Deepwater exploration will be accomplished using the Navy's nuclear powered research submarine, the NR-1. This vessel carries video cameras, sample-collection equipment and tools to map the sea floor. A crew of eleven operates the submarine while two onboard researchers take turns watching video images or observing the sea floor firsthand through viewing portals on the underside of the sub.
|The U.S. Navy's research submarine NR-1 dockside in Groton, CT. (Photo: US Navy)
The SSV Carolyn Chouest will support the submarine operations and also tow a remotely operated vehicle (ROV) provided by the Institute for Exploration. Argus, the ROV, will provide researchers with additional images and information about the sanctuary's habitats and marine life.
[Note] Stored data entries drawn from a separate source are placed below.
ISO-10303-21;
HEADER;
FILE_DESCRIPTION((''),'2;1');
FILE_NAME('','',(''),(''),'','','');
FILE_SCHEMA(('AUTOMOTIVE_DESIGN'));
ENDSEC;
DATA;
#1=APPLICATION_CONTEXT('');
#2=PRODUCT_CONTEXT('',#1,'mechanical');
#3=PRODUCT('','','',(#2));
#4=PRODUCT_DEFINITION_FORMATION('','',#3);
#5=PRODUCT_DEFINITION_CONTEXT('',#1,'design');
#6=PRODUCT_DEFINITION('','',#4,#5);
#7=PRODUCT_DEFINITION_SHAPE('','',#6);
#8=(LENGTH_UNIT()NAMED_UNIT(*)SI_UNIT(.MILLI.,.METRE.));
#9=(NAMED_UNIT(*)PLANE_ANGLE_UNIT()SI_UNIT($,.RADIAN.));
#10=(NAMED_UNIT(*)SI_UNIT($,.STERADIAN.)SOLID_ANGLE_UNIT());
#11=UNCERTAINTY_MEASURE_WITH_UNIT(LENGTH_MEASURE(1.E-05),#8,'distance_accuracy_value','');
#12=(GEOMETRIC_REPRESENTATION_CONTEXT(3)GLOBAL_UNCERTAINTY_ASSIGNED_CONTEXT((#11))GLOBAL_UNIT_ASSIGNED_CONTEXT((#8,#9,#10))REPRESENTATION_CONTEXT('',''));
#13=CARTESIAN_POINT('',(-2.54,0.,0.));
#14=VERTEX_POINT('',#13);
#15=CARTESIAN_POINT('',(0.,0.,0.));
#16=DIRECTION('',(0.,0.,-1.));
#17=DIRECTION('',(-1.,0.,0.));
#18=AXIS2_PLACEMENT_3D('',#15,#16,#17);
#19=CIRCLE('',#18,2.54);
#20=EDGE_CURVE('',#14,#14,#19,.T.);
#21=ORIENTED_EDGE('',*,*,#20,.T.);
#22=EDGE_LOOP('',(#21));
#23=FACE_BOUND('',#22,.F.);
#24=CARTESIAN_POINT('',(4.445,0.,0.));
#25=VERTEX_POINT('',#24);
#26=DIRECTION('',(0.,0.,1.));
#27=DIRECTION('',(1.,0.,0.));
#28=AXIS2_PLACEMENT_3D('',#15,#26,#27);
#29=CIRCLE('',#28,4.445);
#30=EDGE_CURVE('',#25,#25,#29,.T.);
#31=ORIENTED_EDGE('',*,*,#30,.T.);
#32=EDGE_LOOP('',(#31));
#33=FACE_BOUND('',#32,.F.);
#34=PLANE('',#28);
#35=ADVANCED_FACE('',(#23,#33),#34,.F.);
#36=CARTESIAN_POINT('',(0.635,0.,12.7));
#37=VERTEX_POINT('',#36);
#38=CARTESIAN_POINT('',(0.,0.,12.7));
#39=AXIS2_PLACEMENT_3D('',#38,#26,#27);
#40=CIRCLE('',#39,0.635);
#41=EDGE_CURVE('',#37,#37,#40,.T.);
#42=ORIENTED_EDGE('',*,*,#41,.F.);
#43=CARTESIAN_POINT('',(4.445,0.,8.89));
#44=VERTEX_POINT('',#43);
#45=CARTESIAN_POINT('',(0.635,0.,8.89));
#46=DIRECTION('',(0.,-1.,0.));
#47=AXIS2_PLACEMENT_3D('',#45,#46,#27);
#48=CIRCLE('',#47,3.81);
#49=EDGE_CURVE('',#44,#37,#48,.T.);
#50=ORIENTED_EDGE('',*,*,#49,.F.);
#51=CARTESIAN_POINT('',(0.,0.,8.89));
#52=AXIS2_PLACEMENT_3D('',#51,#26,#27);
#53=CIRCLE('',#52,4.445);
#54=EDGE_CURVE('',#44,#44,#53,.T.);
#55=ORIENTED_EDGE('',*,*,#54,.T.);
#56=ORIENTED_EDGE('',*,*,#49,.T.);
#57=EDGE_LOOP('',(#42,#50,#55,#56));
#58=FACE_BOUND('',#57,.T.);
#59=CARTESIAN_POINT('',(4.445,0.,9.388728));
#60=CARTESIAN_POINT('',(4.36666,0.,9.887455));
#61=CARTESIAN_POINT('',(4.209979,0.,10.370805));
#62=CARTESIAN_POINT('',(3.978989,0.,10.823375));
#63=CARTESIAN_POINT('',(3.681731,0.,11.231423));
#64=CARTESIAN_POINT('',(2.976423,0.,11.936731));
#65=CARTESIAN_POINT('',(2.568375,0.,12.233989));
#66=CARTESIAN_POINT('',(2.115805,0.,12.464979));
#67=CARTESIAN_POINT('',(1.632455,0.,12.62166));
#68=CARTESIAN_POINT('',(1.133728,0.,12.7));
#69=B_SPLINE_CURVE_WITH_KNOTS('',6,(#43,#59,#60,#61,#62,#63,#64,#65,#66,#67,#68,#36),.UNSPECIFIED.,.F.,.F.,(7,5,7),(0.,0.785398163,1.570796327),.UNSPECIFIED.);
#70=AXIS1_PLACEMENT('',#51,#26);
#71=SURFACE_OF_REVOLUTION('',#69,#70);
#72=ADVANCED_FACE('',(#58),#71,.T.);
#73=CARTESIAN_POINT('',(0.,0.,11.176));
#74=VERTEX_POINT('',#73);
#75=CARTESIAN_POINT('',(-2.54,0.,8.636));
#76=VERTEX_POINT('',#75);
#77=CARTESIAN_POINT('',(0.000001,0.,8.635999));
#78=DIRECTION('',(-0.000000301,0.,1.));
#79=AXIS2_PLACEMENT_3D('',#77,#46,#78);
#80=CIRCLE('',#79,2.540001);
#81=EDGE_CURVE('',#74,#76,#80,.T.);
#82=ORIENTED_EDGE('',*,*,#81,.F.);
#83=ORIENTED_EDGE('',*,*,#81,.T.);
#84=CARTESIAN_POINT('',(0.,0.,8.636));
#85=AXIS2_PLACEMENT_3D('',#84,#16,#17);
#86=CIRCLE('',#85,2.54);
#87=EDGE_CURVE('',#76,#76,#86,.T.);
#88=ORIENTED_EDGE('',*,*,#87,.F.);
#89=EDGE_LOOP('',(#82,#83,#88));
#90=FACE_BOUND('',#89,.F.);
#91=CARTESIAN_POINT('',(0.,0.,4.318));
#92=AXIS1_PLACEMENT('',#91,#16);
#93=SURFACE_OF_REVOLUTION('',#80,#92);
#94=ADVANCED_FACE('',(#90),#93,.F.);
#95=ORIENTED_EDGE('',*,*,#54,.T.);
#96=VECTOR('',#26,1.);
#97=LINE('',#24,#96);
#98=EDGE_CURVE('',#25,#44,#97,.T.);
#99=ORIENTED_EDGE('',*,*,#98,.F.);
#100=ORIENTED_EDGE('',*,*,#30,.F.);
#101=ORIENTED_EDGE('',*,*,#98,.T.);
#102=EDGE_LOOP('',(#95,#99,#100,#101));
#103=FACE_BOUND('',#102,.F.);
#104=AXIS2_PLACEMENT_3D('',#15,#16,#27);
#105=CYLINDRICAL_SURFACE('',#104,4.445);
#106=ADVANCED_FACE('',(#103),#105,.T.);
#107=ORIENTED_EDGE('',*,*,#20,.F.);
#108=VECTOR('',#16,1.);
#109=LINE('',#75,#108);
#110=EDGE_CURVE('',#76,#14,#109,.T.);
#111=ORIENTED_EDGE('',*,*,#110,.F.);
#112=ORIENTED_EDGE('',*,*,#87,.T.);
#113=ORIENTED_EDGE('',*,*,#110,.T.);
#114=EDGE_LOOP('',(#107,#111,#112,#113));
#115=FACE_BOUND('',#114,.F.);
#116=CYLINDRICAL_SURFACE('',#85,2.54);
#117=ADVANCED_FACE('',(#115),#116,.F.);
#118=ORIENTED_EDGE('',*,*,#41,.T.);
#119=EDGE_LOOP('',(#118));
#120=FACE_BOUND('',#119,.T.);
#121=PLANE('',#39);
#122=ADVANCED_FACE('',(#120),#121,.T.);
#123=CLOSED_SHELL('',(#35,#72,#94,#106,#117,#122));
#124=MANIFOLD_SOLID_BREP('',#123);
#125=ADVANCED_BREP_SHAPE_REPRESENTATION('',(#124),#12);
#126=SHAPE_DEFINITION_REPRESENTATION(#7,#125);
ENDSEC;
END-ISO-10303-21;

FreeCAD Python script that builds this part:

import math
import FreeCAD as App
import Part
import Sketcher
Q = App.Units.Quantity


def edges_at(feature, points):
    """Names of the edges that pass closest to the given points."""
    edges = feature.Shape.Edges
    near = lambda p: min(range(len(edges)), key=lambda i: edges[i].distToShape(Part.Vertex(*p))[0])
    return sorted({f"Edge{near(p) + 1}" for p in points})

doc = App.newDocument("Part")
body = doc.addObject("PartDesign::Body", "Body")

# Sketch on XY plane
sketch1 = body.newObject("Sketcher::SketchObject", "Sketch")
sketch1.AttachmentSupport = (doc.getObject("XY_Plane"), [""])
sketch1.MapMode = "FlatFace"
sketch1.addGeometry(Part.Circle(App.Vector(0, 0, 0), App.Vector(0, 0, 1), 4.4), False)
sketch1.addConstraint(Sketcher.Constraint("Coincident", 0, 3, -1, 1))
sketch1.addConstraint(Sketcher.Constraint("Diameter", 0, Q("0.35 in")))
pad1 = body.newObject("PartDesign::Pad", "Pad")
pad1.Profile = sketch1
pad1.Length = Q("0.5 in")
doc.recompute()

fillet = body.newObject("PartDesign::Fillet", "Fillet")
fillet.Base = (pad1, edges_at(pad1, [(-4.445, 0, 12.7)]))
fillet.Radius = Q("0.15 in")

# Sketch on XZ plane
sketch2 = body.newObject("Sketcher::SketchObject", "Sketch001")
sketch2.AttachmentSupport = (doc.getObject("XZ_Plane"), [""])
sketch2.MapMode = "FlatFace"
sketch2.addGeometry(Part.LineSegment(App.Vector(-2.5, 0, 0), App.Vector(0, 0, 0)), False)
sketch2.addGeometry(Part.LineSegment(App.Vector(0, 0, 0), App.Vector(0, 11.2, 0)), False)
sketch2.addGeometry(Part.ArcOfCircle(Part.Circle(App.Vector(0, 8.6, 0), App.Vector(0, 0, 1), 2.5), math.radians(90), math.radians(180)), False)
sketch2.addGeometry(Part.LineSegment(App.Vector(-2.5, 8.6, 0), App.Vector(-2.5, 0, 0)), False)
sketch2.addConstraint(Sketcher.Constraint("Coincident", 0, 2, 1, 1))
sketch2.addConstraint(Sketcher.Constraint("Coincident", 1, 2, 2, 1))
sketch2.addConstraint(Sketcher.Constraint("Tangent", 2, 2, 3, 1))
sketch2.addConstraint(Sketcher.Constraint("Coincident", 3, 2, 0, 1))
sketch2.addConstraint(Sketcher.Constraint("Horizontal", 0))
sketch2.addConstraint(Sketcher.Constraint("Vertical", 1))
sketch2.addConstraint(Sketcher.Constraint("Vertical", 3))
sketch2.addConstraint(Sketcher.Constraint("Coincident", 0, 2, -1, 1))
sketch2.addConstraint(Sketcher.Constraint("PointOnObject", 2, 3, -2))
sketch2.addConstraint(Sketcher.Constraint("Radius", 2, Q("0.1 in")))
sketch2.addConstraint(Sketcher.Constraint("DistanceY", 1, 1, 1, 2, Q("0.44 in")))
groove = body.newObject("PartDesign::Groove", "Groove")
groove.Profile = sketch2
groove.ReferenceAxis = (sketch2, ["V_Axis"])
groove.Angle = 360

doc.recompute()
Another part of the expedition will include a charter dive vessel, the M/V Fling. The Fling will host a variety of sanctuary-sponsored researchers for the annual winter research cruise. These scientists will focus on the shallower coral reef cap within the sanctuary, making species specific observations and retrieving data from acoustic receivers located there.
In an innovative approach to ocean research, additional national marine sanctuaries scientists will stand watch at remote consoles located at NOAA facilities in Silver Spring, MD and Seattle, WA. They will see everything the onboard scientists see and provide additional documentation of species, geologic formations and evidence of connectivity.
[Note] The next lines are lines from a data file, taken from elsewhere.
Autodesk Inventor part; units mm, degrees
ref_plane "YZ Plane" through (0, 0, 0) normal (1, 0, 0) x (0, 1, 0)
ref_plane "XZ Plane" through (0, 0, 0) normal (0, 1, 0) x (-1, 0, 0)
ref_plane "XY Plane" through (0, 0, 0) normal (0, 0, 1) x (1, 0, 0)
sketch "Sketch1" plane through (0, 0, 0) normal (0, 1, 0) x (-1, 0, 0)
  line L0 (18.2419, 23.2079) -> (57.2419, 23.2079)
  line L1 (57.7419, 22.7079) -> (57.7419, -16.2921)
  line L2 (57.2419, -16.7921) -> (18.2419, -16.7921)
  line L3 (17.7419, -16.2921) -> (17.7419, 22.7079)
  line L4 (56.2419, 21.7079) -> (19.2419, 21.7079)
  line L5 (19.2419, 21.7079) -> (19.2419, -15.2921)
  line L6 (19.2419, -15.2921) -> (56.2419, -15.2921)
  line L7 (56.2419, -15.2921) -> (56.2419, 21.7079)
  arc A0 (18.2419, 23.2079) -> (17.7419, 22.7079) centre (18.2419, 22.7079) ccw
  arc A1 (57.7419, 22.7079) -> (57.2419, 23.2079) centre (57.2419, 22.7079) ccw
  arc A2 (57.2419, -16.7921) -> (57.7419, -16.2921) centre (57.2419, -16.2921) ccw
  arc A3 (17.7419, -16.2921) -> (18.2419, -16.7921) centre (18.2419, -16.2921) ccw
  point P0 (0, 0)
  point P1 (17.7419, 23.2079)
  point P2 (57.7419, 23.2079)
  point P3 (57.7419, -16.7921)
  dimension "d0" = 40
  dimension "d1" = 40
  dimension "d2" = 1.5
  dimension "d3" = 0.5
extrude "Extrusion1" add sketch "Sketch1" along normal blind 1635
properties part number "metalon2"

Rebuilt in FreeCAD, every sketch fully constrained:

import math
import FreeCAD as App
import Part
import Sketcher
from FreeCAD import Vector
Q = App.Units.Quantity


def add_polygon(sketch, points):
    """Adds a closed chain of lines whose ends are joined by coincident constraints."""
    first, n = sketch.GeometryCount, len(points)
    for a, b in zip(points, points[1:] + points[:1]):
        sketch.addGeometry(Part.LineSegment(App.Vector(*a, 0), App.Vector(*b, 0)), False)
    for i in range(n):
        sketch.addConstraint(Sketcher.Constraint("Coincident", first + i, 2, first + (i + 1) % n, 1))

doc = App.newDocument("Part")
params = doc.addObject("Spreadsheet::Sheet", "Params")
for row, (alias, value) in enumerate([
    ("sketch1_radius", "0.5 mm"),
    ("sketch1_width", "39 mm"),
    ("pad1_length", "1635 mm"),
], start=1):
    params.set(f"A{row}", alias)
    params.set(f"B{row}", "=" + value)
    params.setAlias(f"B{row}", alias)

body = doc.addObject("PartDesign::Body", "Body")

# Sketch on XZ plane
sketch1 = body.newObject("Sketcher::SketchObject", "Sketch")
sketch1.AttachmentSupport = (doc.getObject("XZ_Plane"), [""])
sketch1.MapMode = "FlatFace"
sketch1.addGeometry(Part.LineSegment(Vector(-57.2, 23.2, 0), Vector(-18.2, 23.2, 0)), False)  # 0
sketch1.addGeometry(Part.ArcOfCircle(Part.Circle(Vector(-18.2, 22.7, 0), Vector(0, 0, 1), 0.5), math.radians(0), math.radians(90)), False)  # 1
sketch1.addGeometry(Part.LineSegment(Vector(-17.7, 22.7, 0), Vector(-17.7, -16.3, 0)), False)  # 2
sketch1.addGeometry(Part.ArcOfCircle(Part.Circle(Vector(-18.2, -16.3, 0), Vector(0, 0, 1), 0.5), math.radians(-90), math.radians(0)), False)  # 3
sketch1.addGeometry(Part.LineSegment(Vector(-18.2, -16.8, 0), Vector(-57.2, -16.8, 0)), False)  # 4
sketch1.addGeometry(Part.ArcOfCircle(Part.Circle(Vector(-57.2, -16.3, 0), Vector(0, 0, 1), 0.5), math.radians(180), math.radians(270)), False)  # 5
sketch1.addGeometry(Part.LineSegment(Vector(-57.7, -16.3, 0), Vector(-57.7, 22.7, 0)), False)  # 6
sketch1.addGeometry(Part.ArcOfCircle(Part.Circle(Vector(-57.2, 22.7, 0), Vector(0, 0, 1), 0.5), math.radians(90), math.radians(180)), False)  # 7
add_polygon(sketch1, [(-19.2, 21.7), (-56.2, 21.7), (-56.2, -15.3), (-19.2, -15.3)])  # lines 8-11
sketch1.addConstraint(Sketcher.Constraint("Tangent", 0, 2, 1, 2))
sketch1.addConstraint(Sketcher.Constraint("Tangent", 1, 1, 2, 1))
sketch1.addConstraint(Sketcher.Constraint("Tangent", 2, 2, 3, 2))
sketch1.addConstraint(Sketcher.Constraint("Tangent", 3, 1, 4, 1))
sketch1.addConstraint(Sketcher.Constraint("Tangent", 4, 2, 5, 2))
sketch1.addConstraint(Sketcher.Constraint("Tangent", 5, 1, 6, 1))
sketch1.addConstraint(Sketcher.Constraint("Tangent", 6, 2, 7, 2))
sketch1.addConstraint(Sketcher.Constraint("Tangent", 7, 1, 0, 1))
sketch1.addConstraint(Sketcher.Constraint("Horizontal", 0))
sketch1.addConstraint(Sketcher.Constraint("Vertical", 2))
sketch1.addConstraint(Sketcher.Constraint("Horizontal", 4))
sketch1.addConstraint(Sketcher.Constraint("Vertical", 6))
sketch1.addConstraint(Sketcher.Constraint("Horizontal", 8))
sketch1.addConstraint(Sketcher.Constraint("Vertical", 9))
sketch1.addConstraint(Sketcher.Constraint("Horizontal", 10))
sketch1.addConstraint(Sketcher.Constraint("Vertical", 11))
sketch1.addConstraint(Sketcher.Constraint("Equal", 1, 3))
sketch1.addConstraint(Sketcher.Constraint("Equal", 3, 5))
sketch1.addConstraint(Sketcher.Constraint("Equal", 5, 7))
sketch1.addConstraint(Sketcher.Constraint("Equal", 4, 2))
sketch1.addConstraint(Sketcher.Constraint("Equal", 10, 9))
sketch1.addConstraint(Sketcher.Constraint("Radius", 1, Q("0.5 mm")))
sketch1.addConstraint(Sketcher.Constraint("DistanceX", 6, 2, 8, 2, Q("1.5 mm")))
sketch1.addConstraint(Sketcher.Constraint("DistanceY", 8, 2, 7, 1, Q("1.5 mm")))
sketch1.addConstraint(Sketcher.Constraint("DistanceY", 4, 2, 9, 2, Q("1.5 mm")))
sketch1.addConstraint(Sketcher.Constraint("DistanceX", 0, 1, 0, 2, Q("39 mm")))
sketch1.addConstraint(Sketcher.Constraint("DistanceX", 1, 3, -1, 1, Q("18.242 mm")))
sketch1.addConstraint(Sketcher.Constraint("DistanceY", -1, 1, 1, 3, Q("22.708 mm")))
sketch1.setExpression("Constraints[25]", "Params.sketch1_radius")
sketch1.setExpression("Constraints[29]", "Params.sketch1_width")
pad1 = body.newObject("PartDesign::Pad", "Pad")
pad1.Profile = sketch1
pad1.setExpression("Length", "Params.pad1_length")
pad1.Reversed = True

doc.recompute()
The Sanctuary Expedition Team
As previously mentioned, Dr. Robert Ballard is the lead scientist on this expedition, but he's gathered quite a crew of researchers from a variety of disciplines to support him. Among these are three staff from the Flower Garden Banks National Marine Sanctuary:
G.P. Schmahl, Sanctuary Superintendent, will be on board the NR-1 and/or the Carolyn Chouest.
Doug Weaver, GIS Specialist and Fish Biologist, will be on the Carolyn Chouest.
Emma Hickerson, Research Coordinator, will be supervising and facilitating research efforts on the Fling.